### What to produce
Would you return, word for word, the lines of the data below from the line with "f 300 296 297" through the line with "v -53.127 75 -27.883", and no others?

### Raw data
- Opening Delimiter -

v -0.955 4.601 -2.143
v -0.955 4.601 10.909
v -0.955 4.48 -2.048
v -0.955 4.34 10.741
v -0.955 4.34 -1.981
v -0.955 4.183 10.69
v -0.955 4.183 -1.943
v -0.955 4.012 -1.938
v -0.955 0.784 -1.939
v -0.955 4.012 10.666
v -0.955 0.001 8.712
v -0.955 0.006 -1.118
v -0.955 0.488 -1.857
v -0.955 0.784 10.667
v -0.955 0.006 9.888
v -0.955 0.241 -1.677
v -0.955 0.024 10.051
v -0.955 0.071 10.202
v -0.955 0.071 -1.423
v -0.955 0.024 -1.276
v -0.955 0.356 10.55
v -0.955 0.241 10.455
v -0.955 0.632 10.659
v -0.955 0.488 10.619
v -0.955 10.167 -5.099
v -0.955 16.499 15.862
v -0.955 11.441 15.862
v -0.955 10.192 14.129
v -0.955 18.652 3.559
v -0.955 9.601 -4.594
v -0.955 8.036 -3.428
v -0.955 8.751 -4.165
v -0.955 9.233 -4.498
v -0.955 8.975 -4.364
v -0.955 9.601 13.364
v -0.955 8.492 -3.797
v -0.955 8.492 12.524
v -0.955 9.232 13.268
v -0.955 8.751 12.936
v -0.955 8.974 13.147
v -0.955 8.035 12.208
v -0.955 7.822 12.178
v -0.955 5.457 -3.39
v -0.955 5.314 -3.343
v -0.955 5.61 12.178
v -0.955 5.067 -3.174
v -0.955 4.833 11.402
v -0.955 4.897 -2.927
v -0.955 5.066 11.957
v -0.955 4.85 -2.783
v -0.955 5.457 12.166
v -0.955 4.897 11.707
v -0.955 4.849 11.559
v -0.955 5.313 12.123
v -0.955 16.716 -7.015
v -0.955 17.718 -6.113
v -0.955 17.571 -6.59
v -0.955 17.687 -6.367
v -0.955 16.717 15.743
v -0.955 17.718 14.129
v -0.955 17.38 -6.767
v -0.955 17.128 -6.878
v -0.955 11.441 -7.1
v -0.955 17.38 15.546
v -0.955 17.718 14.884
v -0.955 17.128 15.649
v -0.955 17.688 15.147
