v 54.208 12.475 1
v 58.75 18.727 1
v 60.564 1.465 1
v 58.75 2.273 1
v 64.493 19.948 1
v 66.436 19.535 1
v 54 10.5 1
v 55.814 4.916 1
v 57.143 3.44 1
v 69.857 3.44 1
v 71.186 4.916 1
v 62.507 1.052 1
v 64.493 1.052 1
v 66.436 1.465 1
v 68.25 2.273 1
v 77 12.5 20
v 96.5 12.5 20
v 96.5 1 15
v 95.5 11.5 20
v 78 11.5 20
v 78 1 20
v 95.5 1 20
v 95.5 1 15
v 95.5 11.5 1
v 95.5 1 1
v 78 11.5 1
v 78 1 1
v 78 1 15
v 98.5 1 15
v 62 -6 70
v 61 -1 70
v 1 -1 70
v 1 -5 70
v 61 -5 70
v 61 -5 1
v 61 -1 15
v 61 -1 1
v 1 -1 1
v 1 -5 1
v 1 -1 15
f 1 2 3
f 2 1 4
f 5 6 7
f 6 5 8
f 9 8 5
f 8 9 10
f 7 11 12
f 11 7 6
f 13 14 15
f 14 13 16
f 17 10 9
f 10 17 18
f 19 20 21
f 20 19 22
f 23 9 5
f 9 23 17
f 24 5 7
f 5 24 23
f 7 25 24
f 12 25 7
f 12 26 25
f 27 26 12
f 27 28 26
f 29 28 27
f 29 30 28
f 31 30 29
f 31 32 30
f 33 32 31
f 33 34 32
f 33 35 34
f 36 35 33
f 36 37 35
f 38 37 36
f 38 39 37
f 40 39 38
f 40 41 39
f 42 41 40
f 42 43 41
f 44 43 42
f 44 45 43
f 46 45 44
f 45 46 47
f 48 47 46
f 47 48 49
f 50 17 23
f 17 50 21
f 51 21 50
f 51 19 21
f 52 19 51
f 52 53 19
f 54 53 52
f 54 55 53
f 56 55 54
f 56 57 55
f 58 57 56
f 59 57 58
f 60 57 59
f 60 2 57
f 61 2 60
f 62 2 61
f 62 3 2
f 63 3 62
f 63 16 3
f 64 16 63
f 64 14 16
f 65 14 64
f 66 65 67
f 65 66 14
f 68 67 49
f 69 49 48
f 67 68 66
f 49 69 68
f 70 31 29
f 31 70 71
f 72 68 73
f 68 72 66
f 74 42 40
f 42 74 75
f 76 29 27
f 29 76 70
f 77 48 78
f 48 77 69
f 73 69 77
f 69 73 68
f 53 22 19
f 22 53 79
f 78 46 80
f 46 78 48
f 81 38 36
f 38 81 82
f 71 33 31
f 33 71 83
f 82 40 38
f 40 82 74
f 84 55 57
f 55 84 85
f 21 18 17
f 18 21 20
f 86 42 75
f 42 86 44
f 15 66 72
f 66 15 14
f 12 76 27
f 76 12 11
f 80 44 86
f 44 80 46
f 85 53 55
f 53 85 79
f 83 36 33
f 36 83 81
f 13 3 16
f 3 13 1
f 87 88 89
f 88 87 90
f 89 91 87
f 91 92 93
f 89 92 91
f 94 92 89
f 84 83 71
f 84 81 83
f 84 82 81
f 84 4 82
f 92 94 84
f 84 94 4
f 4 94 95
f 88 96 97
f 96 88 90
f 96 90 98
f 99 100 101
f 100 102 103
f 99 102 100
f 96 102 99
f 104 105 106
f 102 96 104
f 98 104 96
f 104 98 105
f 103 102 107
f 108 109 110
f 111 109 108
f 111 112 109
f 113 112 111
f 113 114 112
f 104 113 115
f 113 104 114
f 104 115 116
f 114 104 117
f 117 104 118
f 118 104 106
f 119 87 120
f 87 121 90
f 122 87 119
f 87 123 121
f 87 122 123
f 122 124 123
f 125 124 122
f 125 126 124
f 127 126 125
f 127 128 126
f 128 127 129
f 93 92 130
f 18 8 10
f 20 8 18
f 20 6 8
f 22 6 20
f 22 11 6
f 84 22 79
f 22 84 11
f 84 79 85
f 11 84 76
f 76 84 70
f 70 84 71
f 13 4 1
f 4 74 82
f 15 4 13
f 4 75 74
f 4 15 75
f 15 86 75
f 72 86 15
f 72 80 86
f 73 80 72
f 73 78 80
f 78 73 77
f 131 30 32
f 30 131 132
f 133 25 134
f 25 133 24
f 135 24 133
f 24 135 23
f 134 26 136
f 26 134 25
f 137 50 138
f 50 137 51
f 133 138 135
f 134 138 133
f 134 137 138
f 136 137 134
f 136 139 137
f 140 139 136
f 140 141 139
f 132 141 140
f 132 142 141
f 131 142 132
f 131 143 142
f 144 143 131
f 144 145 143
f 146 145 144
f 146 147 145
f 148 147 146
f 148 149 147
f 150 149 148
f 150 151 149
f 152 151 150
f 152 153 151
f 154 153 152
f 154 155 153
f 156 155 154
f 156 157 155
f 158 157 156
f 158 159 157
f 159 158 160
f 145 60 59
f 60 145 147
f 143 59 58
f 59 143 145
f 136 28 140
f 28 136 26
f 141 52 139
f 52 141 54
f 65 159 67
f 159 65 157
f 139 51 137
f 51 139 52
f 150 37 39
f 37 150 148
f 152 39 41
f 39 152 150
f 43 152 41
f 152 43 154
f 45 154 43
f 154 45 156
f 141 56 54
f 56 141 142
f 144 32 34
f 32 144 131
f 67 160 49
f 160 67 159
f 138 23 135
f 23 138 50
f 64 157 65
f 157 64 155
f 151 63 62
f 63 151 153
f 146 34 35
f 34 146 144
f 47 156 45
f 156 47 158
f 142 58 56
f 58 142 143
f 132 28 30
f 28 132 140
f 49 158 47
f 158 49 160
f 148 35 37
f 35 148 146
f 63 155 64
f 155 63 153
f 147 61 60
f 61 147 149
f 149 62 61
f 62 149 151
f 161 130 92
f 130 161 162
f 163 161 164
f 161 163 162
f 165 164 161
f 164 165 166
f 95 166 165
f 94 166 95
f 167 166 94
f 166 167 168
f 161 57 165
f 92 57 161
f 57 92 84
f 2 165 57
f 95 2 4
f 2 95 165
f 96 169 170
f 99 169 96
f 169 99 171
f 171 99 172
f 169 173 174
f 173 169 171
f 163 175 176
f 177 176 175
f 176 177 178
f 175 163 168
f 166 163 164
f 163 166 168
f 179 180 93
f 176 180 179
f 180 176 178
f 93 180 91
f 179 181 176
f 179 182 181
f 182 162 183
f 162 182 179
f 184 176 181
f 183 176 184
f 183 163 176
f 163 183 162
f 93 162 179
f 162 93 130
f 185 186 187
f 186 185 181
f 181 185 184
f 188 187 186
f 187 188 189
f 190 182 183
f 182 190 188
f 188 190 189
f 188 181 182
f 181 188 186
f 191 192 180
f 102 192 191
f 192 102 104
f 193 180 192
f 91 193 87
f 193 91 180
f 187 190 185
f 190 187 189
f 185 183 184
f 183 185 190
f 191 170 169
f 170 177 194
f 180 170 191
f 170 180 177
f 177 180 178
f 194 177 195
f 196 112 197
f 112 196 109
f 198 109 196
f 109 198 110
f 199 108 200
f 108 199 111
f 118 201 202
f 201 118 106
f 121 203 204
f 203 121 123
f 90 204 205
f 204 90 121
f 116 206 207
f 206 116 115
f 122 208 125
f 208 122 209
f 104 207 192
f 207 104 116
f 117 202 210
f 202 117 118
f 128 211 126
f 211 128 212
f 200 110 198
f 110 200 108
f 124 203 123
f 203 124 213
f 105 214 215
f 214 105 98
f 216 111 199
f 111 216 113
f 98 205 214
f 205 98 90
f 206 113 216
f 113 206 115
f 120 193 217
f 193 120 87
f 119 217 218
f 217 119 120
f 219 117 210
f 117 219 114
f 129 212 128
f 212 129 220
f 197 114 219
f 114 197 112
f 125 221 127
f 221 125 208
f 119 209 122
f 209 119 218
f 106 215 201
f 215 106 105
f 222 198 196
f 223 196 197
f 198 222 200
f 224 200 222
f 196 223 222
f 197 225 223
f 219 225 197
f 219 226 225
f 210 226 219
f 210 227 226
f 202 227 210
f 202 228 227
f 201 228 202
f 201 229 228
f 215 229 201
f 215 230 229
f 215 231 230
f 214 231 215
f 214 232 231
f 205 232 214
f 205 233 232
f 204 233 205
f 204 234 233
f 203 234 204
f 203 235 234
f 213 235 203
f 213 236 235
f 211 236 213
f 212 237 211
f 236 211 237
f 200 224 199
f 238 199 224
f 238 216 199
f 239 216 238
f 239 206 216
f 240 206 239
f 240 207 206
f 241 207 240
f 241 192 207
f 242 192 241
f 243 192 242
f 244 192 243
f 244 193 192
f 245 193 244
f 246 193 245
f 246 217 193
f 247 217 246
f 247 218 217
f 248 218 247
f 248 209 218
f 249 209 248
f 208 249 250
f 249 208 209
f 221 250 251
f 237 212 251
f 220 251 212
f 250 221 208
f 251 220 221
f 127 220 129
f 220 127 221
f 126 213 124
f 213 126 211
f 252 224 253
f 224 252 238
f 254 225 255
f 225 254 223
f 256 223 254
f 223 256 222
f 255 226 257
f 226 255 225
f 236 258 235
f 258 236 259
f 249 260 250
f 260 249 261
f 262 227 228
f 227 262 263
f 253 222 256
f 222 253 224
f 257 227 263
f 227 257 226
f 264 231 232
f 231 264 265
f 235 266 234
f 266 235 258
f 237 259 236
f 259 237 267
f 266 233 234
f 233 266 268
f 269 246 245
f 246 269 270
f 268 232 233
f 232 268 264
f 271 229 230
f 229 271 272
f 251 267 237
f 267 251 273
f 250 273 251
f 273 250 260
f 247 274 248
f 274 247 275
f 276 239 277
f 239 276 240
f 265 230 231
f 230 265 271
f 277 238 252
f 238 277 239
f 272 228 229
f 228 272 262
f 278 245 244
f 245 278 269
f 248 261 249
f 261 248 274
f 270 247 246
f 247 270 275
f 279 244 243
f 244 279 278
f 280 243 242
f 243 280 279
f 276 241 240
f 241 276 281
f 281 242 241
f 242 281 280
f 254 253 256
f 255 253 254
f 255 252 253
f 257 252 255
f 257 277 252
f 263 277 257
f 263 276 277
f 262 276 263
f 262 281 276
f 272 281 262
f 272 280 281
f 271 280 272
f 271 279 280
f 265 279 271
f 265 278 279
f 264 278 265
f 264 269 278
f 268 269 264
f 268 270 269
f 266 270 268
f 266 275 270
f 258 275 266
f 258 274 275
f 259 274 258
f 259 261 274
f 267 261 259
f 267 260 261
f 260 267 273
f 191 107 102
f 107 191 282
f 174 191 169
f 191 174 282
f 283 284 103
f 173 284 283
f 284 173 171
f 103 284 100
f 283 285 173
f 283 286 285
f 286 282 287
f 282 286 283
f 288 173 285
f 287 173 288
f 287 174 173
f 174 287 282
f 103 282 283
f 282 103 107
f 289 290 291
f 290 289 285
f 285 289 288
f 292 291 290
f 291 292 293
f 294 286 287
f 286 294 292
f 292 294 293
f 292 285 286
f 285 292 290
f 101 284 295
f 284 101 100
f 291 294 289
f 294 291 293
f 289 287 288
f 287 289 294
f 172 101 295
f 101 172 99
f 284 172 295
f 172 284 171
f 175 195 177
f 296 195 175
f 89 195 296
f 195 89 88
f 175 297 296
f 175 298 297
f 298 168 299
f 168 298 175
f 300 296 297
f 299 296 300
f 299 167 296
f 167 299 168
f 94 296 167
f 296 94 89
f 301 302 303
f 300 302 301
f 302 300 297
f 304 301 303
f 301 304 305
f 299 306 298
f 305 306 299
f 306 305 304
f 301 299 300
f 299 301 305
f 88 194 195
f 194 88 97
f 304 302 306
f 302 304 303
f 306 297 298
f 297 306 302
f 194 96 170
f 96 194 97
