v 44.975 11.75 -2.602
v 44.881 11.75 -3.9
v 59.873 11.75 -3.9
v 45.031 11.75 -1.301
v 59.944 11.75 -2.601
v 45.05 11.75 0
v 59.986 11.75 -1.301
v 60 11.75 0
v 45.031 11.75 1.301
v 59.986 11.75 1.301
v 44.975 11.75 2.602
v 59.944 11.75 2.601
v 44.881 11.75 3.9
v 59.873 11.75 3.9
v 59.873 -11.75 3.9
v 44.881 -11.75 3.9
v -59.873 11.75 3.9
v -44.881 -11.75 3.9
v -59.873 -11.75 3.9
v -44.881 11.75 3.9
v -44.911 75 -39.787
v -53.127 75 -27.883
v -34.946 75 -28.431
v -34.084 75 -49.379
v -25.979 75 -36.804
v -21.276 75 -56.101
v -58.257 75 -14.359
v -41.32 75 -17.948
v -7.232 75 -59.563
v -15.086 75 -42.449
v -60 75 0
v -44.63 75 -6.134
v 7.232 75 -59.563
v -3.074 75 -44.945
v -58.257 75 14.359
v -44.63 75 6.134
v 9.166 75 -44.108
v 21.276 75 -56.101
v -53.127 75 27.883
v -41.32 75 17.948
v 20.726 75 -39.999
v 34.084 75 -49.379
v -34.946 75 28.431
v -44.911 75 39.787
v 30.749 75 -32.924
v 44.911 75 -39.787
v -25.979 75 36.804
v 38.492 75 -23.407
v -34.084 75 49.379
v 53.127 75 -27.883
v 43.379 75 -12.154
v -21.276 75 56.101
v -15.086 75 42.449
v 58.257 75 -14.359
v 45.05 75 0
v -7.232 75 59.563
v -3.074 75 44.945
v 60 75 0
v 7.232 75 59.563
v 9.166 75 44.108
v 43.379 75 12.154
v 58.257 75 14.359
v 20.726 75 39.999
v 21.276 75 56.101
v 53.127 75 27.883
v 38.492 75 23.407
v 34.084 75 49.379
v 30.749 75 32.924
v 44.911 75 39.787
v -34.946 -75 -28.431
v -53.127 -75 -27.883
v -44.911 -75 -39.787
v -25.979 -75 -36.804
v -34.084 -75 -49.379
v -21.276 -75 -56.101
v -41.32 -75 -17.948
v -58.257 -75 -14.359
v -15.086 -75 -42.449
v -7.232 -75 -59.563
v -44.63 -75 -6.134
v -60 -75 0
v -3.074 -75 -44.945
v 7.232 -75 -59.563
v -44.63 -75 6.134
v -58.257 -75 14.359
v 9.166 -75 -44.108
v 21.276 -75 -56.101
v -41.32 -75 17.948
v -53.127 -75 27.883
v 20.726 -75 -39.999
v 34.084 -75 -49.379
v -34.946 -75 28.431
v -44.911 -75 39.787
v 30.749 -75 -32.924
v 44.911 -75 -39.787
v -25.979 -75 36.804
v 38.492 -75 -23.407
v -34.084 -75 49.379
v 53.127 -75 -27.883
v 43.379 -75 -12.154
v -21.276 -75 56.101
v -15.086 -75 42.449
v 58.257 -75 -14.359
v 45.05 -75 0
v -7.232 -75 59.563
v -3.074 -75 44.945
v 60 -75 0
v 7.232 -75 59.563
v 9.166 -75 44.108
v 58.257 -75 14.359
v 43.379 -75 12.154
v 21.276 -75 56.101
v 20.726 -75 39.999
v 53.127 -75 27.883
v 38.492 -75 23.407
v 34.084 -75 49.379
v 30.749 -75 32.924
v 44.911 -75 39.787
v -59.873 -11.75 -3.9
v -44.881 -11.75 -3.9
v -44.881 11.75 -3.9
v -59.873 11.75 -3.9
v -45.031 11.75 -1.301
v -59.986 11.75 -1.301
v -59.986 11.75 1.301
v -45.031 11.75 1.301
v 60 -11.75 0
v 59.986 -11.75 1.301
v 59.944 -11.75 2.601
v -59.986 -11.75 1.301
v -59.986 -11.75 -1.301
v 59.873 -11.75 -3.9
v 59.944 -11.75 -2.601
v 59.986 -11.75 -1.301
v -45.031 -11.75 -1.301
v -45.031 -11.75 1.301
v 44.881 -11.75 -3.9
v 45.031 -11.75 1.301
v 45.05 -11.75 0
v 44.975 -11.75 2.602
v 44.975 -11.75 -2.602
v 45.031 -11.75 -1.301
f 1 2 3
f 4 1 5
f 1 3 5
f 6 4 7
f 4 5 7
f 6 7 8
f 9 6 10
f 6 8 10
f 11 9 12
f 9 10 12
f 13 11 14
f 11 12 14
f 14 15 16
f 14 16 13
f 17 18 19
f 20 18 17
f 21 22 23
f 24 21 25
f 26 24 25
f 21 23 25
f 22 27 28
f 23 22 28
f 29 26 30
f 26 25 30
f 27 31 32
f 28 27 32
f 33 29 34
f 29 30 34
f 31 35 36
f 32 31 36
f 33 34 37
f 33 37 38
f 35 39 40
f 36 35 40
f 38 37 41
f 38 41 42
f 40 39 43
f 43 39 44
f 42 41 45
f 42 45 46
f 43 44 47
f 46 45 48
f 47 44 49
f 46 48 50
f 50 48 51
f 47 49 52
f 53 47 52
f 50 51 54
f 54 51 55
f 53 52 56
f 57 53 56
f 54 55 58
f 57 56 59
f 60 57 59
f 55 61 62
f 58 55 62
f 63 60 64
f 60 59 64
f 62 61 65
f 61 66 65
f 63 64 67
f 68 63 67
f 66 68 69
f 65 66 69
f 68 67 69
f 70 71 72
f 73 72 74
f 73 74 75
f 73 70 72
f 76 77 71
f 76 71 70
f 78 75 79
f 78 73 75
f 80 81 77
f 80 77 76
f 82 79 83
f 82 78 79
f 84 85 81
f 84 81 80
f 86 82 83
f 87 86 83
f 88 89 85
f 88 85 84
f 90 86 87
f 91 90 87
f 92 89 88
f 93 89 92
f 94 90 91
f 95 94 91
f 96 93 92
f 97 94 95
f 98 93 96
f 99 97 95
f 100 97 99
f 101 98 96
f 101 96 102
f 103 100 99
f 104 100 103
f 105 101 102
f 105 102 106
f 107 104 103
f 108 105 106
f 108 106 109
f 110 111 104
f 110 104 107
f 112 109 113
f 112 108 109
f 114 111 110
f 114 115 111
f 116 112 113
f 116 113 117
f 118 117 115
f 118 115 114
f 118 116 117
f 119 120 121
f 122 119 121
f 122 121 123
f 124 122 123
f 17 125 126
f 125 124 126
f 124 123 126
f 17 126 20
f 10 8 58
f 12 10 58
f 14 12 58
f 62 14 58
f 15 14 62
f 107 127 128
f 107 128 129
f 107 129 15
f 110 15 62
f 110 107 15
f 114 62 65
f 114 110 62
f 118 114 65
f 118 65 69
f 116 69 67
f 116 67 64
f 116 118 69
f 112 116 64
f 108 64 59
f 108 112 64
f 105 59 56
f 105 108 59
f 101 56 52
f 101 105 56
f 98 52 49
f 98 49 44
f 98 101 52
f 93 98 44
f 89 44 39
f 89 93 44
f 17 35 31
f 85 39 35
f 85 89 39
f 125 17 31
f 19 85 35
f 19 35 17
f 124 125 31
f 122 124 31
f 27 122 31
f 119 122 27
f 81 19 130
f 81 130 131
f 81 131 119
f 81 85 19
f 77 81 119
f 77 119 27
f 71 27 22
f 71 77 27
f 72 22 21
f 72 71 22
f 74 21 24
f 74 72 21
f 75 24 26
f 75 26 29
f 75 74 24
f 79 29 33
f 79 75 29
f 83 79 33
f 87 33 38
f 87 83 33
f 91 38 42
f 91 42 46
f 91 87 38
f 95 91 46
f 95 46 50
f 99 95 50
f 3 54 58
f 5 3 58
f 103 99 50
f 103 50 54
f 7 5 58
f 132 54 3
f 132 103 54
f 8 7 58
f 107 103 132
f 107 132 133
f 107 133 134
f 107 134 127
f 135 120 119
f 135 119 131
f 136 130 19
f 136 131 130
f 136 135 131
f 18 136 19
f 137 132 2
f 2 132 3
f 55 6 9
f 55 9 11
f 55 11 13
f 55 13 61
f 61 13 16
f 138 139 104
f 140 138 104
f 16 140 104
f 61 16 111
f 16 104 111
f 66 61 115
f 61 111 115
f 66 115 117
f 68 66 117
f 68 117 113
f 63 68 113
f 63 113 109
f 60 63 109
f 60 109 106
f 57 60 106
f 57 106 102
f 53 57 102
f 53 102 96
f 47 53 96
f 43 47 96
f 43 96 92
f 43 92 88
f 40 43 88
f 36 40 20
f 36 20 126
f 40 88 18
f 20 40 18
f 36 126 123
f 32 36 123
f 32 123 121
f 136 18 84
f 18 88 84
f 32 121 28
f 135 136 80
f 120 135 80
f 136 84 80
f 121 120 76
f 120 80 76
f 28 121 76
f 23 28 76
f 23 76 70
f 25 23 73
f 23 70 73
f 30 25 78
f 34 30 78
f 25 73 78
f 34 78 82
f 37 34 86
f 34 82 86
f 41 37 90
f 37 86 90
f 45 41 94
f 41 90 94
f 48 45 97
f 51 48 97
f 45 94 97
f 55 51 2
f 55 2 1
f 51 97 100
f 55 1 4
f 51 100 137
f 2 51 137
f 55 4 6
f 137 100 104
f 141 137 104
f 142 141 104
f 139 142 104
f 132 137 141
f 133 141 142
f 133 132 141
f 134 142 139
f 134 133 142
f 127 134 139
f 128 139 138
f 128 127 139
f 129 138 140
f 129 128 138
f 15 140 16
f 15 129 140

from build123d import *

# Parameters (mm, degrees)
F0_R     = 60
F1_DEPTH = 75
F2_R     = 45.05
F3_DEPTH = 300
F4_W     = 23.5
F4_H     = 7.8
F5_DEPTH = 78.9


with BuildPart() as f1:
    # F0 (on Front) → F1 (new body, symmetric)
    with BuildSketch(Plane.XZ):
        Circle(F0_R)
    extrude(amount=F1_DEPTH, both=True)

    # F2 (on face) → F3 (cut)
    with BuildSketch(Plane.XZ.offset(75)):
        Circle(F2_R)
    extrude(amount=-F3_DEPTH, mode=Mode.SUBTRACT)

    # F4 (on Right) → F5 (cut, symmetric)
    with BuildSketch(Plane.YZ):
        Rectangle(F4_W, F4_H)
    extrude(amount=F5_DEPTH, both=True, mode=Mode.SUBTRACT)


solid = f1.part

- Closing Delimiter -

### Response
f 300 296 297
f 299 296 300
f 299 167 296
f 167 299 168
f 94 296 167
f 296 94 89
f 301 302 303
f 300 302 301
f 302 300 297
f 304 301 303
f 301 304 305
f 299 306 298
f 305 306 299
f 306 305 304
f 301 299 300
f 299 301 305
f 88 194 195
f 194 88 97
f 304 302 306
f 302 304 303
f 306 297 298
f 297 306 302
f 194 96 170
f 96 194 97
v 44.975 11.75 -2.602
v 44.881 11.75 -3.9
v 59.873 11.75 -3.9
v 45.031 11.75 -1.301
v 59.944 11.75 -2.601
v 45.05 11.75 0
v 59.986 11.75 -1.301
v 60 11.75 0
v 45.031 11.75 1.301
v 59.986 11.75 1.301
v 44.975 11.75 2.602
v 59.944 11.75 2.601
v 44.881 11.75 3.9
v 59.873 11.75 3.9
v 59.873 -11.75 3.9
v 44.881 -11.75 3.9
v -59.873 11.75 3.9
v -44.881 -11.75 3.9
v -59.873 -11.75 3.9
v -44.881 11.75 3.9
v -44.911 75 -39.787
v -53.127 75 -27.883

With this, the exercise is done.